In New Zealand, this culminated in one of the most stringent lockdown regimes in the democratic world, justified as temporary — yet its social and economic aftershocks remain permanent.

And still, no full cost study has been commissioned.

Outcomes Matter More Than Intent

At this point, defenders often say: “There was no grand plan.” Perhaps not. But intent is not required for damage to be real.

If policies produce the same effects as a hypothetical silent war — economic exhaustion, social division, weakened sovereignty, and expanded central control — then outcomes, not motives, must be interrogated.

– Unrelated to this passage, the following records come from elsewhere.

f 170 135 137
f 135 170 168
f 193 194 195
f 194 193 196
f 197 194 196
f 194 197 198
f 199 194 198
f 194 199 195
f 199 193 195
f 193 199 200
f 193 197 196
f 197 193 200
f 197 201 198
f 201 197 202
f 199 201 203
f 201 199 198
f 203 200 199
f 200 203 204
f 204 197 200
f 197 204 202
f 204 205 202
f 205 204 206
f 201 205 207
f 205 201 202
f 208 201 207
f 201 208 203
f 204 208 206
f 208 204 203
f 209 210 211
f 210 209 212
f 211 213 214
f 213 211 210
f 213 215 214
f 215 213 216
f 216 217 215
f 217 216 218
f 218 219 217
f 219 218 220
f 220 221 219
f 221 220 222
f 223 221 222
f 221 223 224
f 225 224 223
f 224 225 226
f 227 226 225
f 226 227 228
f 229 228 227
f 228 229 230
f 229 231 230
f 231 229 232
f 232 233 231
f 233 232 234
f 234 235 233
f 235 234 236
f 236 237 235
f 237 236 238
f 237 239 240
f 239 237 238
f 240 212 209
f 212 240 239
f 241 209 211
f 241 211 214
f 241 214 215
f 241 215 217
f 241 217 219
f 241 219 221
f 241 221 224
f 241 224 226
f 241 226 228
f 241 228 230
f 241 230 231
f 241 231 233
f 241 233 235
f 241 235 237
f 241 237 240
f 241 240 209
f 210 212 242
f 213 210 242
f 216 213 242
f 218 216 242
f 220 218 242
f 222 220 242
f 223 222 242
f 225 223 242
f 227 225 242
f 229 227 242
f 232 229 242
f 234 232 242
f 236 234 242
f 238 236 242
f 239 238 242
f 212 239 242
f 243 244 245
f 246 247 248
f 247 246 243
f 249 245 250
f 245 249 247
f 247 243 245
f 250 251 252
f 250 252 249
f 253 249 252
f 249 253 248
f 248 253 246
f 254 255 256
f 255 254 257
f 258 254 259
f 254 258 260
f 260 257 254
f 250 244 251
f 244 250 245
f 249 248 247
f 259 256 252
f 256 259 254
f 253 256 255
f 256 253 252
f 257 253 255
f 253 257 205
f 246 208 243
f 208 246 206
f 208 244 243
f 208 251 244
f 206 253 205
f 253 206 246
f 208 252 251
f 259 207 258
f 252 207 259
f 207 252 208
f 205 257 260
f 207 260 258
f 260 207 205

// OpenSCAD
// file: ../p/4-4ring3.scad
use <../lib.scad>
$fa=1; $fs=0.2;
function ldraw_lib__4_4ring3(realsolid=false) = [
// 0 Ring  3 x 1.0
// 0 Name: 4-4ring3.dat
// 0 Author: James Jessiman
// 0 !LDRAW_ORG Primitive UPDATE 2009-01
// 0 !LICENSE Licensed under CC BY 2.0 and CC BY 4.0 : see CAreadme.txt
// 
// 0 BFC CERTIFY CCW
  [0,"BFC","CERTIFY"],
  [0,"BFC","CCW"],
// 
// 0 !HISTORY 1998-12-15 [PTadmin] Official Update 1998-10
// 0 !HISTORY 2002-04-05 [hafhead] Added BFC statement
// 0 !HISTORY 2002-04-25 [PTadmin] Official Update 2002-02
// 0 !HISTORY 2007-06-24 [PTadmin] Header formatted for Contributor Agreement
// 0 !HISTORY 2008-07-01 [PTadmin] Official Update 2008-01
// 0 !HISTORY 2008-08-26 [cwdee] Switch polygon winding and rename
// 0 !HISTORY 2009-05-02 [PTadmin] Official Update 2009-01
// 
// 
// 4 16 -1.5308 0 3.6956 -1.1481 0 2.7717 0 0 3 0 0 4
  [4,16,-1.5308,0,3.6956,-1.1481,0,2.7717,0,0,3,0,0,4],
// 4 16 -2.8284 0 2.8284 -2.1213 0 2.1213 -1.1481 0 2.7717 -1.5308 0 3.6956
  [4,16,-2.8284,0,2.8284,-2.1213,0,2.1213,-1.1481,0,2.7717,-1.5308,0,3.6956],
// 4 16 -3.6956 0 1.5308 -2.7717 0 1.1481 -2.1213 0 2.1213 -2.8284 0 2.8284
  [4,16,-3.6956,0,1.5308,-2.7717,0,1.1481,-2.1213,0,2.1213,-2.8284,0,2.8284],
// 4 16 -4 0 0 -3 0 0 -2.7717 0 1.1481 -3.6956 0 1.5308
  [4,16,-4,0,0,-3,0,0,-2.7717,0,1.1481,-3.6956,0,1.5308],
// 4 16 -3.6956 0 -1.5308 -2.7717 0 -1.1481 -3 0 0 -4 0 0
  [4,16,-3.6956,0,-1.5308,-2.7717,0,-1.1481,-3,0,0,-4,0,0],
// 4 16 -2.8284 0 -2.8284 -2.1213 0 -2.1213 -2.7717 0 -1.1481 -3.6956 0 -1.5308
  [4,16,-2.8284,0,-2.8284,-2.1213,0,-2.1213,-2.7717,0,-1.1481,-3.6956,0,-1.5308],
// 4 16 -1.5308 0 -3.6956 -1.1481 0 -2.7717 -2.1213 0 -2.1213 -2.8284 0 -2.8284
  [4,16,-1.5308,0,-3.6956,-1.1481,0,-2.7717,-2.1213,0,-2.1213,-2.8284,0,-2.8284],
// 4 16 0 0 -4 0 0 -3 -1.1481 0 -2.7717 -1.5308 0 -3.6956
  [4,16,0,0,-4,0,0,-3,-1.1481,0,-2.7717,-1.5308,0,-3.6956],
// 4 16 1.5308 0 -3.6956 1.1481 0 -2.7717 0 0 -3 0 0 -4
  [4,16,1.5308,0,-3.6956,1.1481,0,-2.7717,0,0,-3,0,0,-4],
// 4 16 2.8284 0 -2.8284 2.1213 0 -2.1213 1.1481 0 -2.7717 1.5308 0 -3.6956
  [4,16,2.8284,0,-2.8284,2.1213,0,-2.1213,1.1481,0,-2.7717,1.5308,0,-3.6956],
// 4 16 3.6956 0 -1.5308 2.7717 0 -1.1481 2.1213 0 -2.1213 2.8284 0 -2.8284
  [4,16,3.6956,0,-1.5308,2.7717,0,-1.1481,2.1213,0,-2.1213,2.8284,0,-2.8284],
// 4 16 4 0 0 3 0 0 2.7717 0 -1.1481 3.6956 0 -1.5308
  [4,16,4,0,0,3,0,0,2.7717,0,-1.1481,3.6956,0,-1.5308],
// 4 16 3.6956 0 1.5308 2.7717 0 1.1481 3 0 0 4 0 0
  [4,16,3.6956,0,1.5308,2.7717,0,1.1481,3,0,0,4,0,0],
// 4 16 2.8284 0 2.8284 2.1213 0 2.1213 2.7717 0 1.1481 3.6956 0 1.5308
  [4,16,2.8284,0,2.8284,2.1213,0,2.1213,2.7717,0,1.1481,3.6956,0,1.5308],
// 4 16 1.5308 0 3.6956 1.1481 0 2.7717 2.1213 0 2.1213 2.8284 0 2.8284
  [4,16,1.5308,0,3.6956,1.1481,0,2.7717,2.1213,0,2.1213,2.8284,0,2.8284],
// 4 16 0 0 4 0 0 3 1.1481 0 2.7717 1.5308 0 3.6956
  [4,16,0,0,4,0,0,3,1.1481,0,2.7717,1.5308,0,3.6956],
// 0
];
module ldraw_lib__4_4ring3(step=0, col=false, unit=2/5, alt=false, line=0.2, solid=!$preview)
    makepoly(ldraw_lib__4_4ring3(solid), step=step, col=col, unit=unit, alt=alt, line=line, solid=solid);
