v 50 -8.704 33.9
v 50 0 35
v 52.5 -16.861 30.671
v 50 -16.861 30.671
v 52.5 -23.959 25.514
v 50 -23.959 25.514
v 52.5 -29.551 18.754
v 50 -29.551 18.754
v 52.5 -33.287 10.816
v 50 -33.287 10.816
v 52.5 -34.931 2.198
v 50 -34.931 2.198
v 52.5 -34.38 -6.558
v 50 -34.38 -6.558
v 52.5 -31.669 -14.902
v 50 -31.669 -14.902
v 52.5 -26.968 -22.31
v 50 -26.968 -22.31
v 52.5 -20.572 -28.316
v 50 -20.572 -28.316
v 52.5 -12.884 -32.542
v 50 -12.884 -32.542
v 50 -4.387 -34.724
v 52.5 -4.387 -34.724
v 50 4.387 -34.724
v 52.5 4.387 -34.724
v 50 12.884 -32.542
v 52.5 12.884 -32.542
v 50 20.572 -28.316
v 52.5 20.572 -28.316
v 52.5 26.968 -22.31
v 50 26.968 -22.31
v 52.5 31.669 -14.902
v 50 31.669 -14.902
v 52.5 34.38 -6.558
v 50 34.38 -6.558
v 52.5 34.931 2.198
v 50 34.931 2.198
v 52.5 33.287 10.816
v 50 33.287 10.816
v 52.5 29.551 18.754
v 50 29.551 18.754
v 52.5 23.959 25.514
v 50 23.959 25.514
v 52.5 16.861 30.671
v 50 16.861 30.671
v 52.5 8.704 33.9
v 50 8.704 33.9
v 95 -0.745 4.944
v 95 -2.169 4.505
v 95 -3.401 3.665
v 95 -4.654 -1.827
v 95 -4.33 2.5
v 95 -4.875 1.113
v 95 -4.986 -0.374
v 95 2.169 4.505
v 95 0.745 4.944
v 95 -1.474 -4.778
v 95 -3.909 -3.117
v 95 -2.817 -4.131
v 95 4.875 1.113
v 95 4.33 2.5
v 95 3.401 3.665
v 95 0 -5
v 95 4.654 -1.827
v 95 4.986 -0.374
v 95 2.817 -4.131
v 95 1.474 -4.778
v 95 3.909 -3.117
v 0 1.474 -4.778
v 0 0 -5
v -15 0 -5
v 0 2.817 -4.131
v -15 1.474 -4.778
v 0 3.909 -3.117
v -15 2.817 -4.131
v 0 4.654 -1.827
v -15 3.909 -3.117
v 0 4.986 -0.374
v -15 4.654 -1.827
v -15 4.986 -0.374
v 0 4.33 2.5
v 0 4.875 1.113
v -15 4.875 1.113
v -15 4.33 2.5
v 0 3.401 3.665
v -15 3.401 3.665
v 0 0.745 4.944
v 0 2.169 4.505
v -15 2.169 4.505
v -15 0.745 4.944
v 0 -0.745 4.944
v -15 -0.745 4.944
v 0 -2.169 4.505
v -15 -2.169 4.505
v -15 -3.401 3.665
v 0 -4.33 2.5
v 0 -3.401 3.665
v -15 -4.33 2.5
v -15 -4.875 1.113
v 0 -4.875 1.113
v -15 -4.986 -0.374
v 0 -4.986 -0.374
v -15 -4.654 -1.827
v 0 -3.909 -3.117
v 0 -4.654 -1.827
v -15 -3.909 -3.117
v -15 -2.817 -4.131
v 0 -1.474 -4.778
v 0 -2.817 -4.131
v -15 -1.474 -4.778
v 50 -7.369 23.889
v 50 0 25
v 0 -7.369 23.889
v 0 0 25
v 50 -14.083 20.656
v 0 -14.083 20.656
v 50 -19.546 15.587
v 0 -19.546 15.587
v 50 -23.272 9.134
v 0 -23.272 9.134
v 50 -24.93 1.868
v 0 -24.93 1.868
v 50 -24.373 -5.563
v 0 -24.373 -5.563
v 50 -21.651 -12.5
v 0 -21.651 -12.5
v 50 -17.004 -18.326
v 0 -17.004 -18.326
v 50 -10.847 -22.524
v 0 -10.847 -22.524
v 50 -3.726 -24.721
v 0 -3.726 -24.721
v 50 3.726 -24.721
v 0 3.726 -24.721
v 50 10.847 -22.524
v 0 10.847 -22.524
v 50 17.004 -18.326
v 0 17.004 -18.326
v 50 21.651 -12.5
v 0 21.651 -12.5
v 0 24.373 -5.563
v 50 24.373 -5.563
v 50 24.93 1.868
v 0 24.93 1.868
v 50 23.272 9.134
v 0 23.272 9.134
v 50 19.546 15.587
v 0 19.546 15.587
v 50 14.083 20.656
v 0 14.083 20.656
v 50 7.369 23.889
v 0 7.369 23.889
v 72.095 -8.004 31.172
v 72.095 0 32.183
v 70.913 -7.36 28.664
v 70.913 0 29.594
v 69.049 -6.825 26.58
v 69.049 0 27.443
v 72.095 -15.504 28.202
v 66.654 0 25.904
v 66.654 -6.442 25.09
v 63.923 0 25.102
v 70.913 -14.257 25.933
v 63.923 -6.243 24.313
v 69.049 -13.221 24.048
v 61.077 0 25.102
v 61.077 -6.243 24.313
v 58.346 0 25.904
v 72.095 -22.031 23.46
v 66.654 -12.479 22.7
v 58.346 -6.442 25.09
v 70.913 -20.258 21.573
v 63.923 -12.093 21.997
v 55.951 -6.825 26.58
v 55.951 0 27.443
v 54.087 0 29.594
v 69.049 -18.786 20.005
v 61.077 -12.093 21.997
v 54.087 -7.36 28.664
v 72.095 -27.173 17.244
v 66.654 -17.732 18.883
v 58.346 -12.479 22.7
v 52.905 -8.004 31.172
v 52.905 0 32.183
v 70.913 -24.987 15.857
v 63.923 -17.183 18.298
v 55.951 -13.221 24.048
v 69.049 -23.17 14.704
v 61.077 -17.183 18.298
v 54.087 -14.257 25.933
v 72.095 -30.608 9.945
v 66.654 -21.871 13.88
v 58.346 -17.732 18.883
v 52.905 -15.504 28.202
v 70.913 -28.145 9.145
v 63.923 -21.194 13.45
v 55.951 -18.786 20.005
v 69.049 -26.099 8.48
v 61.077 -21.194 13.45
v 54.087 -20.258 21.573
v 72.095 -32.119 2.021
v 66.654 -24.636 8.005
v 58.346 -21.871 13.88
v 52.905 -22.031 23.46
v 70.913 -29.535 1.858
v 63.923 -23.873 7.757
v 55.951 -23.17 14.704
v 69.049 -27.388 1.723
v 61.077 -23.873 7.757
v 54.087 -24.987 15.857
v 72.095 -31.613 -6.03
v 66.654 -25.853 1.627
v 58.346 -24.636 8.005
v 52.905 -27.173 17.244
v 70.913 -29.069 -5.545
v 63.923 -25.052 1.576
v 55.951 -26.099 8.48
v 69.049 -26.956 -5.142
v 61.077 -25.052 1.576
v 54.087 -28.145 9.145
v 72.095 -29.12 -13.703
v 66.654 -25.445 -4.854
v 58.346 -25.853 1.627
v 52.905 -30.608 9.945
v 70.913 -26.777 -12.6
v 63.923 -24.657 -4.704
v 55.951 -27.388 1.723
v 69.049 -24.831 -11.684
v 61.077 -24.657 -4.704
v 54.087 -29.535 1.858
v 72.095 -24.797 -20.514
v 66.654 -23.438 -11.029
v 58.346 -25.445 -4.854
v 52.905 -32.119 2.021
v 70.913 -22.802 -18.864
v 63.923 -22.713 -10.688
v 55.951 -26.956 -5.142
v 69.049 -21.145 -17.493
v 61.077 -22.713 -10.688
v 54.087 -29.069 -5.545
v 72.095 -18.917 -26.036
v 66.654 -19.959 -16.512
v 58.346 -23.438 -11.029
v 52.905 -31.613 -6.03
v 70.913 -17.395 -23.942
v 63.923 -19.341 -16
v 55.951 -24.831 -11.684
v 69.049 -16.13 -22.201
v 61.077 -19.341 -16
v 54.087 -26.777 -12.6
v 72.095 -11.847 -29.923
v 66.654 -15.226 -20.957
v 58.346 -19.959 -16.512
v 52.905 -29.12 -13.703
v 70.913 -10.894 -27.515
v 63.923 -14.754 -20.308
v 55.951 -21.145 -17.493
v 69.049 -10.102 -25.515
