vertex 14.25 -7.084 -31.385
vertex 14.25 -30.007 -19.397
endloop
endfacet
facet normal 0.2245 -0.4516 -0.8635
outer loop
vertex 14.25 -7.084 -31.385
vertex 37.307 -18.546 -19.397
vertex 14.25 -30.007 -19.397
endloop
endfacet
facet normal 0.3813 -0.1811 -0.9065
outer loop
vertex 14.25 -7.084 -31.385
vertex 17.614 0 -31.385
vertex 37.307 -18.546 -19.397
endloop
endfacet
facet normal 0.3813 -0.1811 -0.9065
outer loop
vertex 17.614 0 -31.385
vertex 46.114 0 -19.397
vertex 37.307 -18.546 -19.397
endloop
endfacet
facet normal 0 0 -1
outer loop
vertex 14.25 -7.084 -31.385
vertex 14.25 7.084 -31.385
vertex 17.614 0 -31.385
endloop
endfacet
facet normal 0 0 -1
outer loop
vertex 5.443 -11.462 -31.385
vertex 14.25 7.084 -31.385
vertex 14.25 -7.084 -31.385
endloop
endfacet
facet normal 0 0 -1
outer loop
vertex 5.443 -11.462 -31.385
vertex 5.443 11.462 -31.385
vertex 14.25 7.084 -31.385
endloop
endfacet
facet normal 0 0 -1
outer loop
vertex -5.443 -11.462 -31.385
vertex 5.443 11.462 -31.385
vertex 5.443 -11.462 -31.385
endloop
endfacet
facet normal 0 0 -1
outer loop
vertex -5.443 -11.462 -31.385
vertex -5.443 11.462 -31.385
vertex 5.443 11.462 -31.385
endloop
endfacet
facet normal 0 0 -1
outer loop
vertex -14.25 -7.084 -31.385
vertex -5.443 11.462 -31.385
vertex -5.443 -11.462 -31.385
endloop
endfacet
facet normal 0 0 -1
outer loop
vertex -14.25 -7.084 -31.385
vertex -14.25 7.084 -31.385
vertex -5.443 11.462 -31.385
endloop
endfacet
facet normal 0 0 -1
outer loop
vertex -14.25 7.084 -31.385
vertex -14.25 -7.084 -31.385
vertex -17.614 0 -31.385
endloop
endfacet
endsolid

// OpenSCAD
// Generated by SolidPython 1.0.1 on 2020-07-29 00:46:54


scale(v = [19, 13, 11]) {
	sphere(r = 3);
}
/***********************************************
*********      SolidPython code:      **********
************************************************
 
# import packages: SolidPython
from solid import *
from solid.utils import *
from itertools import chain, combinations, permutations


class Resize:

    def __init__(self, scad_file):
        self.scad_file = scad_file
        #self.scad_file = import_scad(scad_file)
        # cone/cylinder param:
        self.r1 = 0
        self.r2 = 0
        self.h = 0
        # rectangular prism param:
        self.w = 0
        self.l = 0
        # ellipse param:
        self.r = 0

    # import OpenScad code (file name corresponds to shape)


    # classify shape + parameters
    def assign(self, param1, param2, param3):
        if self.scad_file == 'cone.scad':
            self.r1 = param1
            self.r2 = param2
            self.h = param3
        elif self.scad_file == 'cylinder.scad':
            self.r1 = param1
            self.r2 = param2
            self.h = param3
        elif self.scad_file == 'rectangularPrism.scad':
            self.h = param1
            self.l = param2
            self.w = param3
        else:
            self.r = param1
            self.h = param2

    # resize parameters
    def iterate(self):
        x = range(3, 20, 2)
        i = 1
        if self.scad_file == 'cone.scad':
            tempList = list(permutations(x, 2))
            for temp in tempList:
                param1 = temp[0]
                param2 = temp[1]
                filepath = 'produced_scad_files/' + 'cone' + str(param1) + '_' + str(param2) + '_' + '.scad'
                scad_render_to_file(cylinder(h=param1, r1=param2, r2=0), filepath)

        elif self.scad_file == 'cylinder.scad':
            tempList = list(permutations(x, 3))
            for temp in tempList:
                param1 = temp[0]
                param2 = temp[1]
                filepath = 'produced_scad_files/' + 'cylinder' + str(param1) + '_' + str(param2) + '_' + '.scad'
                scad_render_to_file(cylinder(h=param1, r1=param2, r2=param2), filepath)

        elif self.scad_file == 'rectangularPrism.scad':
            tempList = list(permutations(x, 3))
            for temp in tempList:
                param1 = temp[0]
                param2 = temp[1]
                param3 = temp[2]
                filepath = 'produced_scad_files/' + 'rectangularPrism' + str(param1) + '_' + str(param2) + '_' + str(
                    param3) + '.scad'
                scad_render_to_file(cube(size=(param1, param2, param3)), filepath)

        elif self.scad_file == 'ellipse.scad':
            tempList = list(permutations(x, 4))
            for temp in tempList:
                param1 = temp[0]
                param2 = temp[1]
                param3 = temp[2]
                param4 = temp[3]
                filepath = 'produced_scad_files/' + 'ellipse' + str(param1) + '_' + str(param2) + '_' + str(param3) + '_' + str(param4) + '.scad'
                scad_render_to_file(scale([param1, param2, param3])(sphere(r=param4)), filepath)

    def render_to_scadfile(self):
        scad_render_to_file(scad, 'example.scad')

The absence of a national reckoning is itself revealing. Governments routinely conduct cost-benefit analyses for infrastructure projects worth millions. Yet decisions that reshaped society, the economy, and civil liberties on a generational scale remain largely unmeasured.

Why?

A Question of Legitimacy

Legitimacy rests not on good intentions, but on accountability.

If New Zealand’s COVID decisions were proportionate, lawful, and justified — then a full accounting would strengthen public trust. If they were not, avoiding scrutiny only deepens suspicion and social fracture.

The real danger is not that citizens ask hard questions. The danger is that governments refuse to answer them.

So return to the hypothetical:

If this was not a silent war on Western societies — why does no one want to measure the damage?

Until New Zealand is willing to answer that, the question will not go away.

Mykeljon Winckel is the managing director and editor of elocal Magazine.